System requirements for the broker are moderate: no more than one outstanding request per client will be queued, and message contents can be switched between clients and workers without copying or processing. A single broker thread can therefore switch several million messages per second, and multithreaded implementations (offering multiple virtual brokers, each on its own port) can scale to as many cores as required.

Security

MDP does not implement any authentication, access control, or encryption mechanisms and should not be used in any deployment where these are required.
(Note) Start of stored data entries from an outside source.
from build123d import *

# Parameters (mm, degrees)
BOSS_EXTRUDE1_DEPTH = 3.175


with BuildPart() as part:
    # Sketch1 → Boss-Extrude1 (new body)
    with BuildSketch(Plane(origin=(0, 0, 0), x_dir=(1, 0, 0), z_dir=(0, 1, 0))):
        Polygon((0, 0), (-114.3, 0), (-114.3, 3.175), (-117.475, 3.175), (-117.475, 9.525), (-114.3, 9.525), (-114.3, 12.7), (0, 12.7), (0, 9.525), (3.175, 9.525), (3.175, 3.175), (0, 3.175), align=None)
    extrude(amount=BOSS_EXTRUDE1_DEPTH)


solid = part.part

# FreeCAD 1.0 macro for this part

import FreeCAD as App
import Part
import Sketcher
Q = App.Units.Quantity


def add_polygon(sketch, points):
    """Adds a closed chain of lines whose ends are joined by coincident constraints."""
    first, n = sketch.GeometryCount, len(points)
    for a, b in zip(points, points[1:] + points[:1]):
        sketch.addGeometry(Part.LineSegment(App.Vector(*a, 0), App.Vector(*b, 0)), False)
    for i in range(n):
        sketch.addConstraint(Sketcher.Constraint("Coincident", first + i, 2, first + (i + 1) % n, 1))

doc = App.newDocument("Part")
body = doc.addObject("PartDesign::Body", "Body")

# Sketch on XZ plane
sketch1 = body.newObject("Sketcher::SketchObject", "Sketch")
sketch1.AttachmentSupport = (doc.getObject("XZ_Plane"), [""])
sketch1.MapMode = "FlatFace"
add_polygon(sketch1, [(-114.3, 0), (0, 0), (0, -3.175), (3.175, -3.175), (3.175, -9.525), (0, -9.525), (0, -12.7), (-114.3, -12.7), (-114.3, -9.525), (-117.475, -9.525), (-117.475, -3.175), (-114.3, -3.175)])  # lines 0-11
sketch1.addConstraint([
    Sketcher.Constraint("Horizontal", 0),
    Sketcher.Constraint("Vertical", 1),
    Sketcher.Constraint("Horizontal", 2),
    Sketcher.Constraint("Vertical", 3),
    Sketcher.Constraint("Horizontal", 4),
    Sketcher.Constraint("Vertical", 5),
    Sketcher.Constraint("Horizontal", 6),
    Sketcher.Constraint("Vertical", 7),
    Sketcher.Constraint("Horizontal", 8),
    Sketcher.Constraint("Vertical", 9),
    Sketcher.Constraint("Horizontal", 10),
    Sketcher.Constraint("Vertical", 11),
    Sketcher.Constraint("Coincident", 0, 2, -1, 1),
    Sketcher.Constraint("PointOnObject", 4, 2, -2),
    Sketcher.Constraint("Horizontal", 4, 2, 7, 2),
    Sketcher.Constraint("Horizontal", 2, 2, 9, 2),
    Sketcher.Constraint("Vertical", 7, 2, 10, 2),
    Sketcher.Constraint("Equal", 4, 8),
    Sketcher.Constraint("Equal", 10, 1),
    Sketcher.Constraint("Equal", 1, 5),
    Sketcher.Constraint("DistanceX", 0, 1, 0, 2, Q("4.5 in")),
    Sketcher.Constraint("DistanceY", 3, 2, 3, 1, Q("0.25 in")),
    Sketcher.Constraint("DistanceY", 5, 2, -1, 1, Q("0.5 in")),
])
pad1 = body.newObject("PartDesign::Pad", "Pad")
pad1.Profile = sketch1
pad1.Length = Q("0.125 in")
pad1.Reversed = True

doc.recompute()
However, all these can be layered on top of MDP, and may be the subject of future RFCs.

Reference Implementations

The reference implementation for MDP/0.2 is at https://github.com/zeromq/majordomo.

Known Weaknesses

  • The heartbeat rate must be set to similar values in broker and worker, or false disconnections will occur. A better heartbeat design will be developed later.
  • The use of multiple frames for command formatting has a performance impact. Future versions of MDP may place commands into single frames.